Let's solve the problem step-by-step.

Step 1: Determine the slope of the given line

The given equation of the line is: $7y - 1 = -2(4 - 2x)$

First, expand and simplify the equation: $7y - 1 = -8 + 4x$

Rearrange to get the equation in slope-intercept form ($y = mx + b$): $7y = 4x + 7$ $y = \frac{4}{7}x + 1$

From this equation, the slope ($m$) of the given line is $\frac{4}{7}$.

Step 2: Write the equation of the parallel line

Lines that are parallel have the same slope.
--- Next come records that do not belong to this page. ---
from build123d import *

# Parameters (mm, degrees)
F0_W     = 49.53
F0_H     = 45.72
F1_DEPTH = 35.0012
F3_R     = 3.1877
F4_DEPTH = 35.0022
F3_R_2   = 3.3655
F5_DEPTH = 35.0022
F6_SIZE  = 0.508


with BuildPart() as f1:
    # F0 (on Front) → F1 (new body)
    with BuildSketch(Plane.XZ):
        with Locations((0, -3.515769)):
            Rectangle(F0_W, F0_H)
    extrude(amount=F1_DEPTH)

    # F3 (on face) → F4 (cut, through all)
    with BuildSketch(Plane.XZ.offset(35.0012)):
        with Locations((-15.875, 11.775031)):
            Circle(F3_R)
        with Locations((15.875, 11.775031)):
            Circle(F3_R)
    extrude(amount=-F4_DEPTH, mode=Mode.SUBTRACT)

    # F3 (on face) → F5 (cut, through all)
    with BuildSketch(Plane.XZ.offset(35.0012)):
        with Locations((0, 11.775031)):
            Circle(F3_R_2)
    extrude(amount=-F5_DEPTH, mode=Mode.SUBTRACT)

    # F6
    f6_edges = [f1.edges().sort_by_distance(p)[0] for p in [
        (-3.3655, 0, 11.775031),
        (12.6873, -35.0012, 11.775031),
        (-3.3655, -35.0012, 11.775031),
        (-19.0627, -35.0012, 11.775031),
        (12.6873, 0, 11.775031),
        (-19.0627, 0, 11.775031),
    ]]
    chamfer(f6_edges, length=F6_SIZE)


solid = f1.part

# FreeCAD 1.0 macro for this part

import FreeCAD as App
import Part
import Sketcher
from FreeCAD import Vector
Q = App.Units.Quantity


def edges_at(feature, points):
    """Names of the edges that pass closest to the given points."""
    edges = feature.Shape.Edges
    near = lambda p: min(range(len(edges)), key=lambda i: edges[i].distToShape(Part.Vertex(*p))[0])
    return sorted({f"Edge{near(p) + 1}" for p in points})

doc = App.newDocument("Part")
body = doc.addObject("PartDesign::Body", "Body")

sketch1 = doc.addObject("Sketcher::SketchObject", "Sketch")
body.addObject(sketch1)
sketch1.AttachmentSupport = (doc.XZ_Plane, [""])
sketch1.MapMode = "FlatFace"
sketch1.addGeometry([
    Part.LineSegment(Vector(-25, 19, 0), Vector(-25, -26, 0)),
    Part.LineSegment(Vector(-25, -26, 0), Vector(25, -26, 0)),
    Part.LineSegment(Vector(25, -26, 0), Vector(25, 19, 0)),
    Part.LineSegment(Vector(25, 19, 0), Vector(-25, 19, 0)),
], False)
sketch1.addConstraint([
    Sketcher.Constraint("Coincident", 0, 2, 1, 1),
    Sketcher.Constraint("Coincident", 1, 2, 2, 1),
    Sketcher.Constraint("Coincident", 2, 2, 3, 1),
    Sketcher.Constraint("Coincident", 3, 2, 0, 1),
    Sketcher.Constraint("Vertical", 0),
    Sketcher.Constraint("Horizontal", 1),
    Sketcher.Constraint("Vertical", 2),
    Sketcher.Constraint("Horizontal", 3),
    Sketcher.Constraint("DistanceY", 0, 2, 0, 1, Q("1.8 in")),
    Sketcher.Constraint("DistanceX", 1, 1, 1, 2, Q("1.95 in")),
    Sketcher.Constraint("DistanceX", 0, 2, -1, 1, Q("0.975 in")),
    Sketcher.Constraint("DistanceY", 0, 2, -1, 1, 26.375769),
])
pad1 = doc.addObject("PartDesign::Pad", "Pad")
body.addObject(pad1)
pad1.Profile = sketch1
pad1.Length = Q("1.378 in")

sketch2 = doc.addObject("Sketcher::SketchObject", "Sketch001")
body.addObject(sketch2)
sketch2.AttachmentSupport = (doc.XZ_Plane, [""])
sketch2.MapMode = "FlatFace"
sketch2.AttachmentOffset = App.Placement(Vector(0, 0, 1.378 * 25.4), App.Rotation())
sketch2.addGeometry([
    Part.Circle(Vector(-15.9, 11.8, 0), Vector(0, 0, 1), 3.2),
    Part.Circle(Vector(15.9, 11.8, 0), Vector(0, 0, 1), 3.2),
], False)
sketch2.addConstraint([
    Sketcher.Constraint("Equal", 0, 1),
    Sketcher.Constraint("Symmetric", 0, 3, 1, 3, -2),
    Sketcher.Constraint("Diameter", 0, Q("0.251 in")),
    Sketcher.Constraint("DistanceX", 0, 3, 1, 3, Q("1.25 in")),
    Sketcher.Constraint("DistanceY", -1, 1, 0, 3, 11.775031),
])
pocket1 = doc.addObject("PartDesign::Pocket", "Pocket")
body.addObject(pocket1)
pocket1.Profile = sketch2
pocket1.Type = "ThroughAll"

sketch3 = doc.addObject("Sketcher::SketchObject", "Sketch002")
body.addObject(sketch3)
sketch3.AttachmentSupport = (doc.XZ_Plane, [""])
sketch3.MapMode = "FlatFace"
sketch3.AttachmentOffset = App.Placement(Vector(0, 0, 1.378 * 25.4), App.Rotation())
sketch3.addGeometry(Part.Circle(Vector(0, 11.8, 0), Vector(0, 0, 1), 3.4), False)
sketch3.addConstraint([
    Sketcher.Constraint("PointOnObject", 0, 3, -2),
    Sketcher.Constraint("Diameter", 0, Q("0.265 in")),
    Sketcher.Constraint("DistanceY", -1, 1, 0, 3, 11.775031),
])
pocket2 = doc.addObject("PartDesign::Pocket", "Pocket001")
body.addObject(pocket2)
pocket2.Profile = sketch3
pocket2.Type = "ThroughAll"
doc.recompute()

chamfer = doc.addObject("PartDesign::Chamfer", "Chamfer")
body.addObject(chamfer)
chamfer.Base = (pocket2, edges_at(pocket2, [
    (-3.365, 0, 11.775),
    (12.687, -35.001, 11.775),
    (-3.365, -35.001, 11.775),
    (-19.063, -35.001, 11.775),
    (12.687, 0, 11.775),
    (-19.063, 0, 11.775),
]))
chamfer.Size = Q("0.02 in")

doc.recompute()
Thus, the slope of the line that passes through the point $(-8, -6)$ is also $\frac{4}{7}$.

Using the point-slope form of a line equation, which is $y - y_1 = m(x - x_1)$ where $(x_1, y_1)$ is a point on the line and $m$ is the slope, we can plug in the values: $y + 6 = \frac{4}{7}(x + 8)$

Now simplify this to get the equation in slope-intercept form: $y + 6 = \frac{4}{7}x + \frac{32}{7}$ $y = \frac{4}{7}x + \frac{32}{7} - 6$ $y = \frac{4}{7}x + \frac{32}{7} - \frac{42}{7}$ $y = \frac{4}{7}x - \frac{10}{7}$

So, the equation of the line in slope-intercept form is: $y = \frac{4}{7}x - \frac{10}{7}$

This equation represents the line parallel to the given line and passing through the point $(-8, -6)$.

Would you like more details on any of these steps or have any other questions?

Here are a few related questions you might find interesting:

1. How would you find the perpendicular slope to this line?
2. What would be the equation of a line parallel to the given line but passing through the origin?
3. How can we determine the y-intercept of a line if we know a point and the slope?
4. What is the significance of the slope in real-life applications?
5. Can you find the intersection point between the original line and the y-axis?

Tip: When you need to find a line parallel to a given line, always use the same slope for the new line as the given line's slope.